Is it possible to find an element in a Vec<T> and remove it?

Question

In Rust, is there an in built function for finding and removing elements of a vector, both simultaneously and as separate actions?

For example:

for f in factors {
    if f in list {
        list.remove(f);
    }
}

Currently, the rust documentation is still a tad confusing, so while my search as shown up nothing, I feel like there is a good chance someone else may have found it.

Answer 1

The example can be written as:

let mut list = (0..10).collect::<Vec<u32>>();
list.retain(|element| element % 2 == 0);
assert_eq!(&list[..], &[0, 2, 4, 6, 8]);

The relevant documentation can be found here: https://doc.rust-lang.org/std/vec/struct.Vec.html

Answer 2

You could always use an into_iter() to destructure the Vec into an iterator, filter(..) that for the element and collect() into a new Vec:

list.into_iter().filter(|e| !factors.contains(e)).collect();

You may need to specify the type of collect (which should be Vec<T> where T is the type of your element) unless you bind it into a variable of the right type.

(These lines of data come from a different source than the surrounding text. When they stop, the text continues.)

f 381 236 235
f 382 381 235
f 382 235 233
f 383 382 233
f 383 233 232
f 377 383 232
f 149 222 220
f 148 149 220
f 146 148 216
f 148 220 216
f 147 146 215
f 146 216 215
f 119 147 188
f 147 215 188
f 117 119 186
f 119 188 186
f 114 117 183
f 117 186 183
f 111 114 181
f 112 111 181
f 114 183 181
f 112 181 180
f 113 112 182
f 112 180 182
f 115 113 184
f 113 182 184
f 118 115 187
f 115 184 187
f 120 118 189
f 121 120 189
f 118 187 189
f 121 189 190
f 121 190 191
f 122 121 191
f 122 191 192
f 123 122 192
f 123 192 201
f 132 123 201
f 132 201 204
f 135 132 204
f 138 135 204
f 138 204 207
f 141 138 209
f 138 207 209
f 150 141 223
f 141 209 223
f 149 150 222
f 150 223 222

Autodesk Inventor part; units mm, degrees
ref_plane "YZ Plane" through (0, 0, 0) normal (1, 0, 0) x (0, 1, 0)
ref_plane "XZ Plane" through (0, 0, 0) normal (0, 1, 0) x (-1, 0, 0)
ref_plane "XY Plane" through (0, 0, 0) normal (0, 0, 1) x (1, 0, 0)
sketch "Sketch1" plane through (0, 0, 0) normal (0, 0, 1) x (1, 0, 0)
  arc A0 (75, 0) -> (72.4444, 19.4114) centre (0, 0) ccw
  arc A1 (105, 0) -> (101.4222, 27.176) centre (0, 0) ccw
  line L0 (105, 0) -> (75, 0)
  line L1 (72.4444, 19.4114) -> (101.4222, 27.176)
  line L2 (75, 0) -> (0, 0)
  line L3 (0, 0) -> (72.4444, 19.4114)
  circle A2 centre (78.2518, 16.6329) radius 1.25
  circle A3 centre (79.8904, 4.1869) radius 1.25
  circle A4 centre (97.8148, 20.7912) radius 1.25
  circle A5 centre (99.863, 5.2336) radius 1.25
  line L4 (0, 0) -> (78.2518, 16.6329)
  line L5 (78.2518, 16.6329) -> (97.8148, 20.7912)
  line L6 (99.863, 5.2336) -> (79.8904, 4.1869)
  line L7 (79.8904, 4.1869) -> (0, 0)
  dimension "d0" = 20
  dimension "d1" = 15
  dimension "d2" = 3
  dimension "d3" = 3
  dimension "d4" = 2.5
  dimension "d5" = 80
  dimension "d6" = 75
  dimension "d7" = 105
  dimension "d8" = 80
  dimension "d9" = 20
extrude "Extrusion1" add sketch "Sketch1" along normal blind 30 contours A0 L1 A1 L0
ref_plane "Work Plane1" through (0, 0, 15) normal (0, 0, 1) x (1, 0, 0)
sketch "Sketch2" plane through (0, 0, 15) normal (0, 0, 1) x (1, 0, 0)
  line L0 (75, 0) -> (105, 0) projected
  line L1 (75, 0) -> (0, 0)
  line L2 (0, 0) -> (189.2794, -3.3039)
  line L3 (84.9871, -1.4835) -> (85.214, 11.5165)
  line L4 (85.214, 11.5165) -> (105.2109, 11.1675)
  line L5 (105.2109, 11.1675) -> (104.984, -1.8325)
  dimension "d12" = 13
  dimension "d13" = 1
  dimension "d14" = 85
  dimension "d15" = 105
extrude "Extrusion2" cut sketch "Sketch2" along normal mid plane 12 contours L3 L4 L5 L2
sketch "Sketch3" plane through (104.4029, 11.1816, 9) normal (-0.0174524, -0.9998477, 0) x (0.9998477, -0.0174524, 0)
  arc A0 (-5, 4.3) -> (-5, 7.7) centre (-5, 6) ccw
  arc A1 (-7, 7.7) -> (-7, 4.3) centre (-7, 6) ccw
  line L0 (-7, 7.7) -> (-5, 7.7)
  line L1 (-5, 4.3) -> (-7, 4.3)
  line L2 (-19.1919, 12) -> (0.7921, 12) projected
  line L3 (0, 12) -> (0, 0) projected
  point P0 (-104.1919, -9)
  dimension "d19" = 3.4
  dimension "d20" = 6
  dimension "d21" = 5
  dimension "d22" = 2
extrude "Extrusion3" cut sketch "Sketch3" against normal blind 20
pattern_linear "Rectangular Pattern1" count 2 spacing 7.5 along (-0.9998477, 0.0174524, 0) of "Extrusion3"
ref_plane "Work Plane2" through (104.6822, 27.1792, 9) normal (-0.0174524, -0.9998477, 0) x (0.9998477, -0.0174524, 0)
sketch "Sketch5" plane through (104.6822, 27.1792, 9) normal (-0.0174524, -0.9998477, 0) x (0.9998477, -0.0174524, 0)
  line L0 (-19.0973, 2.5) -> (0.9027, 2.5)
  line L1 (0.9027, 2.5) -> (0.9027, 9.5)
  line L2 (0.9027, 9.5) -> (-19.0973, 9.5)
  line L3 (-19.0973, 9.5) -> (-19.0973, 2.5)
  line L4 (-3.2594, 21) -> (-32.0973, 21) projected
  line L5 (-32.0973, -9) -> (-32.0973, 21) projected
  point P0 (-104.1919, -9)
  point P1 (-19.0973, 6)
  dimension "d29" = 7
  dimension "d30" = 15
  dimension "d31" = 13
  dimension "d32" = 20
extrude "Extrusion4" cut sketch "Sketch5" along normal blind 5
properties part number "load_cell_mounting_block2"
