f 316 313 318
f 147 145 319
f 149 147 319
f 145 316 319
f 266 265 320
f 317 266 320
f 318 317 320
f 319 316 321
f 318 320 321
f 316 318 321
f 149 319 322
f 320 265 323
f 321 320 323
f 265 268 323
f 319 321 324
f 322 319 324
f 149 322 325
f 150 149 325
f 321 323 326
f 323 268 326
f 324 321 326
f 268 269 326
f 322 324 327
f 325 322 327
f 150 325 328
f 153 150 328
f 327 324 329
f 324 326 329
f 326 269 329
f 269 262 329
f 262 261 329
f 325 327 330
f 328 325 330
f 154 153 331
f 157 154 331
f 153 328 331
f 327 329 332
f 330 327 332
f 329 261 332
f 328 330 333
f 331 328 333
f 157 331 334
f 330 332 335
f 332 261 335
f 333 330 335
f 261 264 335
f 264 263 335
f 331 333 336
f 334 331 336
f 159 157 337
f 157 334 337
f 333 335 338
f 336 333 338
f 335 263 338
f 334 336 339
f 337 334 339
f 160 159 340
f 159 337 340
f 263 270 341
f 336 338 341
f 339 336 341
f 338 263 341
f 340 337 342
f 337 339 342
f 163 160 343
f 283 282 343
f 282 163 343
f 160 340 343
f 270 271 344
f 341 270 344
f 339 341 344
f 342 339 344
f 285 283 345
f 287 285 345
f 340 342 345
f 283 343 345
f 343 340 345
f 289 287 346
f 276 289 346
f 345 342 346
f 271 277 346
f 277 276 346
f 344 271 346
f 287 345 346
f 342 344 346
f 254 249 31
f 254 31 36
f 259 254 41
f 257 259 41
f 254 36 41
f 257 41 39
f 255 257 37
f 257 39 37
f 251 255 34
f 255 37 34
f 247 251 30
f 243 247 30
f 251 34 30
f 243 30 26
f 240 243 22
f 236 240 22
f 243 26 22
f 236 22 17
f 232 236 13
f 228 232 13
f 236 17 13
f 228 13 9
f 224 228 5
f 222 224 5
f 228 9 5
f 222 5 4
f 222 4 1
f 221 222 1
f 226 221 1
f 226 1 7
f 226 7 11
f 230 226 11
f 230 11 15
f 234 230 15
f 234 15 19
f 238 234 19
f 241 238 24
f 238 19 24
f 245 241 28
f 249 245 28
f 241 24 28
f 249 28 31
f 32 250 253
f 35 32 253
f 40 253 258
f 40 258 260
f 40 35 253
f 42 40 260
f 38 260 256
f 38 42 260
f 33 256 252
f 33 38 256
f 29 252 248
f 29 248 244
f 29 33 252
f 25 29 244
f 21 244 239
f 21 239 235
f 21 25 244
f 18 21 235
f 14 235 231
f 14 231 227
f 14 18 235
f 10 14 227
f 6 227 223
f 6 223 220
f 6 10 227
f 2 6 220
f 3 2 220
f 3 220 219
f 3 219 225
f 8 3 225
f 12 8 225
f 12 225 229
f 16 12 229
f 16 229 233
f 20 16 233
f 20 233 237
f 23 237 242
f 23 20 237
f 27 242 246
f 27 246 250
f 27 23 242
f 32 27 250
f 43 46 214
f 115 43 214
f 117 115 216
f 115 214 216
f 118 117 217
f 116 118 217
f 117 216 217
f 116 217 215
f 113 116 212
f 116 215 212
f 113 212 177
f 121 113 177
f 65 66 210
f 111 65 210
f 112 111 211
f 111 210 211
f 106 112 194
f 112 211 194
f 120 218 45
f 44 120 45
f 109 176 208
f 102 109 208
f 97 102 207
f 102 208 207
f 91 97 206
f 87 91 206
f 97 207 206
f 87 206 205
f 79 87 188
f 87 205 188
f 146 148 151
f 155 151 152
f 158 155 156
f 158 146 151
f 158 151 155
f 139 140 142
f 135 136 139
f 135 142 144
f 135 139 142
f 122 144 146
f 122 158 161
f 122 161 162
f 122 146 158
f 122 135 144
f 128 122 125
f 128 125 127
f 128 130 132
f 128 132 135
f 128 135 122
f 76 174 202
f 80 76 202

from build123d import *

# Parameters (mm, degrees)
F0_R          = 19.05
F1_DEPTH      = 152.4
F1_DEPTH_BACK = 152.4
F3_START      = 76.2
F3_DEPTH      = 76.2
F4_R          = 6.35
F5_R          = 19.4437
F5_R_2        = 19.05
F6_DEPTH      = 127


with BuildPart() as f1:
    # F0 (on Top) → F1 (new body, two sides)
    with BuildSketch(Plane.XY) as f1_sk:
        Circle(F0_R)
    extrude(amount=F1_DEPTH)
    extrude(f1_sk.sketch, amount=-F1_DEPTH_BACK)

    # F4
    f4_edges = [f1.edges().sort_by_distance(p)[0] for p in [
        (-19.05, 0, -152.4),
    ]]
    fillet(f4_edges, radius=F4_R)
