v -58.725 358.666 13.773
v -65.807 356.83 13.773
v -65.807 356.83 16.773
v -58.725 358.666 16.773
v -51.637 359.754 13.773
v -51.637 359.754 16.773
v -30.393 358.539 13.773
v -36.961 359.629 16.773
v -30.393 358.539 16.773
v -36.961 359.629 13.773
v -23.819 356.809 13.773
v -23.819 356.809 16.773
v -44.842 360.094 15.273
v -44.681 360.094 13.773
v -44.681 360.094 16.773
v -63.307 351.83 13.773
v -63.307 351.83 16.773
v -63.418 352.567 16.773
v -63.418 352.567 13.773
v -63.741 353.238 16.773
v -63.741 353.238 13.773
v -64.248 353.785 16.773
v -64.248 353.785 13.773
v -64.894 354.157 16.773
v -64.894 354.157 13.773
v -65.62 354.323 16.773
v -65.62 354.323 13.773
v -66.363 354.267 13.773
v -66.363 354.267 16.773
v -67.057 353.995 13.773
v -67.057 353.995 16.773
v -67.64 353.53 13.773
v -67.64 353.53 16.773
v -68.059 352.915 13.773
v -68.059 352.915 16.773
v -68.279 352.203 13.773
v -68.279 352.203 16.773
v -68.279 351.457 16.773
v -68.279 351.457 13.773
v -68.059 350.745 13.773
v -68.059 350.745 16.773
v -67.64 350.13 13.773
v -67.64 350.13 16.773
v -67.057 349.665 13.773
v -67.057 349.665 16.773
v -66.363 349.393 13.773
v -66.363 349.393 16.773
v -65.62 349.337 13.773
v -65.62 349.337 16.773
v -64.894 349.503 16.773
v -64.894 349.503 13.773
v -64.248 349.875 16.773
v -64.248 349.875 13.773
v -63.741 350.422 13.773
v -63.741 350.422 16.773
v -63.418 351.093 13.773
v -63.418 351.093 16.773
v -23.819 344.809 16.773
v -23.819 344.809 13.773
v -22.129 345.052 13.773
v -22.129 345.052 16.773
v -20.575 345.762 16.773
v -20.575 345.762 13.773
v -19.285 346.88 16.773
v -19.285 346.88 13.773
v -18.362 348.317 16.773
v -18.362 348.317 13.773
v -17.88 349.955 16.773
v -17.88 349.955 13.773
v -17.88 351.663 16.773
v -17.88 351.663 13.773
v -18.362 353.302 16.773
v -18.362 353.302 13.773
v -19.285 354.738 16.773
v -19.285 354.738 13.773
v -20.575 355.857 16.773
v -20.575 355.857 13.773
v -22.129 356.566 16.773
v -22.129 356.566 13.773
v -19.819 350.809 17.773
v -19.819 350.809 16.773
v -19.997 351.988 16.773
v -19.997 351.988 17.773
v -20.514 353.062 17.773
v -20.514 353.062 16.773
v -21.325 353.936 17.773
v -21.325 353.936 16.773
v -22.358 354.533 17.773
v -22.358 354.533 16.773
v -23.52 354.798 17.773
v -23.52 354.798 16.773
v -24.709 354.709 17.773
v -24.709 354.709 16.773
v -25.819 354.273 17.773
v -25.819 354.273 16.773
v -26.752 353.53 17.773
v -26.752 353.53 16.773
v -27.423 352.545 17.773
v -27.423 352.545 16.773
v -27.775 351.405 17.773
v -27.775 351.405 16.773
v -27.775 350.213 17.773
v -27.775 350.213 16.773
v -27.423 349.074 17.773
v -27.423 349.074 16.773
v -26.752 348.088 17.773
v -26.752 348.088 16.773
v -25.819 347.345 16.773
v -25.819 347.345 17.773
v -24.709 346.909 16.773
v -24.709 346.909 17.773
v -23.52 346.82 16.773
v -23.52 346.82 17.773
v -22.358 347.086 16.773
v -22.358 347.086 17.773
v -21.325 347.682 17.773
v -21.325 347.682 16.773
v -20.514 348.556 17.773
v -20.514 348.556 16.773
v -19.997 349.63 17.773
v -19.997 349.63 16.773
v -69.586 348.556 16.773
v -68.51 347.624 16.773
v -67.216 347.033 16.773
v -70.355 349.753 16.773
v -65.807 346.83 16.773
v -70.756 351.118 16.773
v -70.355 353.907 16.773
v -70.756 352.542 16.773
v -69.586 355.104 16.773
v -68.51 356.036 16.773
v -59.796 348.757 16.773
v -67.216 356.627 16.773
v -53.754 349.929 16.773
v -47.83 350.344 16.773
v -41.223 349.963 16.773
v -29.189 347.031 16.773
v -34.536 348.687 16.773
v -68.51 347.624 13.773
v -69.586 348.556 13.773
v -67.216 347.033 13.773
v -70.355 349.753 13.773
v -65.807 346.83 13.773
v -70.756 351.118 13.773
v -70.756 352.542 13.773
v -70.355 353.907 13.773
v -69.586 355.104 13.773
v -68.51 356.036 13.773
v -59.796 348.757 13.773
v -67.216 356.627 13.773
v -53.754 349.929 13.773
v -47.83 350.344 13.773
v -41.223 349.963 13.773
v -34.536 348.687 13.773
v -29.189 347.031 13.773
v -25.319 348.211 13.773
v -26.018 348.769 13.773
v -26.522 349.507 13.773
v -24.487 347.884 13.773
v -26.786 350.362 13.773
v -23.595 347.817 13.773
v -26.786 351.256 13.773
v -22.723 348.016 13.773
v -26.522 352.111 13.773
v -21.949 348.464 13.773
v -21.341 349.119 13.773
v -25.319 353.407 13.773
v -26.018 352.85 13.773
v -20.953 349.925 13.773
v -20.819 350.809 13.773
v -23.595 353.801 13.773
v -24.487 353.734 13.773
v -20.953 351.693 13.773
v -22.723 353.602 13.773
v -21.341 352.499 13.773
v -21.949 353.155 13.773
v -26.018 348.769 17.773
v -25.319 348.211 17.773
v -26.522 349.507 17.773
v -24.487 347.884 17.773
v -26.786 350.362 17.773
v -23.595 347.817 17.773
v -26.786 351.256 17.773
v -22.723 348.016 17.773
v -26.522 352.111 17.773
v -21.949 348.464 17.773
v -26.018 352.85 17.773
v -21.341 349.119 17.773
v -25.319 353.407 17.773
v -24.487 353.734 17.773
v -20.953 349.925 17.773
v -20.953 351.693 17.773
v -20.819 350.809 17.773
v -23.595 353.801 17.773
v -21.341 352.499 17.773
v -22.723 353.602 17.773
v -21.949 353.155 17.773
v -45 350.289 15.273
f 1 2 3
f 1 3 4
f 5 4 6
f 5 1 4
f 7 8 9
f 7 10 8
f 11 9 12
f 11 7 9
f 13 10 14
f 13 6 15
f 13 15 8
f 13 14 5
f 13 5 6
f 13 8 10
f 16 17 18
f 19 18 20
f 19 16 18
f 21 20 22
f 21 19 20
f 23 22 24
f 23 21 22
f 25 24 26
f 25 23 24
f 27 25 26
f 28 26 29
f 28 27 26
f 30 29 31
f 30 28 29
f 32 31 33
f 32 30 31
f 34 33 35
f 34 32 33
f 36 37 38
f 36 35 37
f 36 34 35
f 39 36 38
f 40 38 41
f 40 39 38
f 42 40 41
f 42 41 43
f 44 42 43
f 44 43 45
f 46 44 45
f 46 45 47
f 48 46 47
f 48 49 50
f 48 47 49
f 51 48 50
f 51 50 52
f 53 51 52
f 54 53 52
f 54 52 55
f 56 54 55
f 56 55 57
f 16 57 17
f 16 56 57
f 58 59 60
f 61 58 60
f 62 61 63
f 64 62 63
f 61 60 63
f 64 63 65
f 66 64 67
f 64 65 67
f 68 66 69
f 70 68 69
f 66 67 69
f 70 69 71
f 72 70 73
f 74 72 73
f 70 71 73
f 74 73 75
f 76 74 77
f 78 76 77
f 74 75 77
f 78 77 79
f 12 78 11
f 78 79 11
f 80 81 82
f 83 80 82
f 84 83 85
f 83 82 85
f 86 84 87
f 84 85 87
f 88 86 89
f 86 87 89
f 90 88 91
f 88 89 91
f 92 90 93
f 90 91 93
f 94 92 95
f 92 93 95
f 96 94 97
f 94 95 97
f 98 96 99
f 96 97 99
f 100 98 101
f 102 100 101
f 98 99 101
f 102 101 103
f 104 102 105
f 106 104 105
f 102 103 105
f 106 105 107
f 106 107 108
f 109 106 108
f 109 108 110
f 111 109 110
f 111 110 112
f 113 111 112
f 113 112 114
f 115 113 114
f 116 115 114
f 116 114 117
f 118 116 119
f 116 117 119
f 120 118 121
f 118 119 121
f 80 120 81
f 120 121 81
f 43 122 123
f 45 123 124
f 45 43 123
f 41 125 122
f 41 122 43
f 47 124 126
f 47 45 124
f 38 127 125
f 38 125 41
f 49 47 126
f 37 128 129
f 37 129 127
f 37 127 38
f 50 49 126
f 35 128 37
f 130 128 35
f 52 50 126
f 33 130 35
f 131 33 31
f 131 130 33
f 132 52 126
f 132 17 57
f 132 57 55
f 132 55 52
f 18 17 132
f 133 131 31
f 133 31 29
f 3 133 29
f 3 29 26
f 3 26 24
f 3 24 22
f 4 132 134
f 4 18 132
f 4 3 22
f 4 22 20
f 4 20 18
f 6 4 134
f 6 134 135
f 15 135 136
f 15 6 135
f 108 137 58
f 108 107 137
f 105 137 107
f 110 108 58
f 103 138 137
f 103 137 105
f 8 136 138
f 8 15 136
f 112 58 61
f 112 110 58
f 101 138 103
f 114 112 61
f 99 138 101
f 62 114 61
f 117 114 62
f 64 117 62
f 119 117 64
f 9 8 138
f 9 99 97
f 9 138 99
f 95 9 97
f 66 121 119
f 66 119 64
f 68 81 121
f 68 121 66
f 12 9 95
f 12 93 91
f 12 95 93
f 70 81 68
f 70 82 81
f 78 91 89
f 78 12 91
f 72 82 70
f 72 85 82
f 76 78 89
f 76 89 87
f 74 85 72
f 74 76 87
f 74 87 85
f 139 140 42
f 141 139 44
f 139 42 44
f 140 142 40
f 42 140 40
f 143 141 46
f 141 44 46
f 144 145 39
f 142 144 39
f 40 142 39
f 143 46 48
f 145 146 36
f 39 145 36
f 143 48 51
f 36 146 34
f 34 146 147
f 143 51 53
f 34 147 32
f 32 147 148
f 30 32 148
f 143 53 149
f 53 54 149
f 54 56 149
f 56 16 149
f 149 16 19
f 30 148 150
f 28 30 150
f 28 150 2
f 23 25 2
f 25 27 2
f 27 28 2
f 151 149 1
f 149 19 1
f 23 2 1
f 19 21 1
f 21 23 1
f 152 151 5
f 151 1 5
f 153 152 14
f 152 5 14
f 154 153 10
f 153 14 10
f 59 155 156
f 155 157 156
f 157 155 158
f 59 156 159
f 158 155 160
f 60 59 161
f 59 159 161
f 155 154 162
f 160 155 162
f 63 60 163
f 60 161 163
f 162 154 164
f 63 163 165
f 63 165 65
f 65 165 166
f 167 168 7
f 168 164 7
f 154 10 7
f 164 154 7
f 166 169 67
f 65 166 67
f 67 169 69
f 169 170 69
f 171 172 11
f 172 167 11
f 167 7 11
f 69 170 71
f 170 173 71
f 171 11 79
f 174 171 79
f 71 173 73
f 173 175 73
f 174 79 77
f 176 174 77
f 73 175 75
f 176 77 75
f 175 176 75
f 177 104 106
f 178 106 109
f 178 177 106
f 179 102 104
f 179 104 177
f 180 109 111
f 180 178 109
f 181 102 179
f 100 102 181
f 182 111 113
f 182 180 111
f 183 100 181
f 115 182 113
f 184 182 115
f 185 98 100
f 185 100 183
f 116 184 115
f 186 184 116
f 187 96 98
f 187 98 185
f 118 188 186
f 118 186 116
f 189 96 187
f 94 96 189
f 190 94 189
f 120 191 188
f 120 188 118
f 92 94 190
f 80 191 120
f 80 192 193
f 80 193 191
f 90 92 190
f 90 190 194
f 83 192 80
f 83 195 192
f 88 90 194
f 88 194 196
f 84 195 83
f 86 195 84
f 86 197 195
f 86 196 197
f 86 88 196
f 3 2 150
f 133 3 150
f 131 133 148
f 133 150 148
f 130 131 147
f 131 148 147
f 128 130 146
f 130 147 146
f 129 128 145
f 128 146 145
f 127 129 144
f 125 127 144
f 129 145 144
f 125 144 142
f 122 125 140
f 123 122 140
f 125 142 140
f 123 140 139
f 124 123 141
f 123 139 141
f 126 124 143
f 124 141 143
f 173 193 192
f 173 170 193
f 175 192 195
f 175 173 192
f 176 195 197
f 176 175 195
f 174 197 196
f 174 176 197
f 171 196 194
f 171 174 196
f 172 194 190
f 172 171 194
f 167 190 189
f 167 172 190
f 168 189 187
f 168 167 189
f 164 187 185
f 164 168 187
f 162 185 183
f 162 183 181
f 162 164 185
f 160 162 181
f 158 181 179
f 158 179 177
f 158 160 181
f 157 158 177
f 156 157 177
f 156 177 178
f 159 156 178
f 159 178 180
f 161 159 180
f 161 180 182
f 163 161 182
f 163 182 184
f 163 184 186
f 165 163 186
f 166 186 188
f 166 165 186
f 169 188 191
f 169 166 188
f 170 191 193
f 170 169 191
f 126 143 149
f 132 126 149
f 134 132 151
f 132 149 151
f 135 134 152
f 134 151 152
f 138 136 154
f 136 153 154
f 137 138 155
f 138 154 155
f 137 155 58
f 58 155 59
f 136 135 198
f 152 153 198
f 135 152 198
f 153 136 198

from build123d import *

# Parameters (mm, degrees)
BOSS_EXTRUDE1_DEPTH = 30
SKETCH2_R           = 25
SKETCH2_R_2         = 30
CUT_EXTRUDE1_DEPTH  = 527.798524366
SKETCH4_R           = 40
SKETCH4_R_2         = 30
BOSS_EXTRUDE3_DEPTH = 10
SCALE1_SCALE        = 0.1


with BuildPart() as part:
    # Sketch1 → Boss-Extrude1 (new body)
    with BuildSketch(Plane.XY):
        with BuildLine():
            ThreePointArc((-267.733324074, 386.480114093), (-317.733324074, 336.480114093), (-267.733324074, 286.480114093))
            add(Edge.make_bspline(
                [(-267.733324074, 286.480114093), (-61.536299878, 365.758634067), (152.142574227, 266.270803333)],
                knots=[0, 0, 0, 1, 1, 1], degree=2))
            ThreePointArc((152.142574227, 266.270803333), (212.142574227, 326.270803333), (152.142574227, 386.270803333))
            add(Edge.make_bspline(
                [(-267.733324074, 386.480114093), (-58.376892778, 451.86591416), (152.142574227, 386.270803333)],
                knots=[0, 0, 0, 1, 1, 1], degree=2))
        make_face()
    extrude(amount=BOSS_EXTRUDE1_DEPTH)

    # Sketch2 → Cut-Extrude1 (cut, through all)
    with BuildSketch(Plane.XY):
        with Locations((-267.733324074, 336.480114093)):
            Circle(SKETCH2_R)
        with Locations((152.142574227, 326.270803333)):
            Circle(SKETCH2_R_2)
    extrude(amount=CUT_EXTRUDE1_DEPTH, mode=Mode.SUBTRACT)

    # Sketch4 → Boss-Extrude3 (add)
    with BuildSketch(Plane.XY.offset(30)):
        with Locations((152.142574227, 326.270803333)):
            Circle(SKETCH4_R)
        with Locations((152.142574227, 326.270803333)):
            Circle(SKETCH4_R_2, mode=Mode.SUBTRACT)
    extrude(amount=BOSS_EXTRUDE3_DEPTH)


with BuildPart() as part_1:
    # Scale1: scaled about (-43.370651933, 353.535569424, 15.302961692)
    add(part.part.scale(SCALE1_SCALE).moved(Location((-39.03358674, 318.182012482, 13.772665523))))


solid = part_1.part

Edit: Following A.B.'s advice, you could also write

list.retain(|e| !factors.contains(e))

Note that both would be within O(L × F) where L is the len of list and F the len of factors. For small L and/or F, this will be fine. Otherwise it may be better to convert factors into a HashSet first.

Answer 3

There is no simultaneous "find and remove" method, that I know of. Vec has:

• remove is the general method to remove an element and shift all the ones that follow to fill the gap
• swap_remove remove this element and replace it with the last (avoids all the shifting, so it's generally quicker)
• pop removes the last element (very efficient, might not be what you need if you want to remove an element in the middle of the Vec)

you could do something like:

let mut v = vec![1, 2, 3];
// iterate through the vector and return the position for the
// first element == 2. If something is found bind it to the name
// index
if let Some(index) = v.iter().position(|&i| i == 2) {
    v.remove(index); // remove the element at the position index (2)
}

println!("{:?}", v); // prints [1, 3]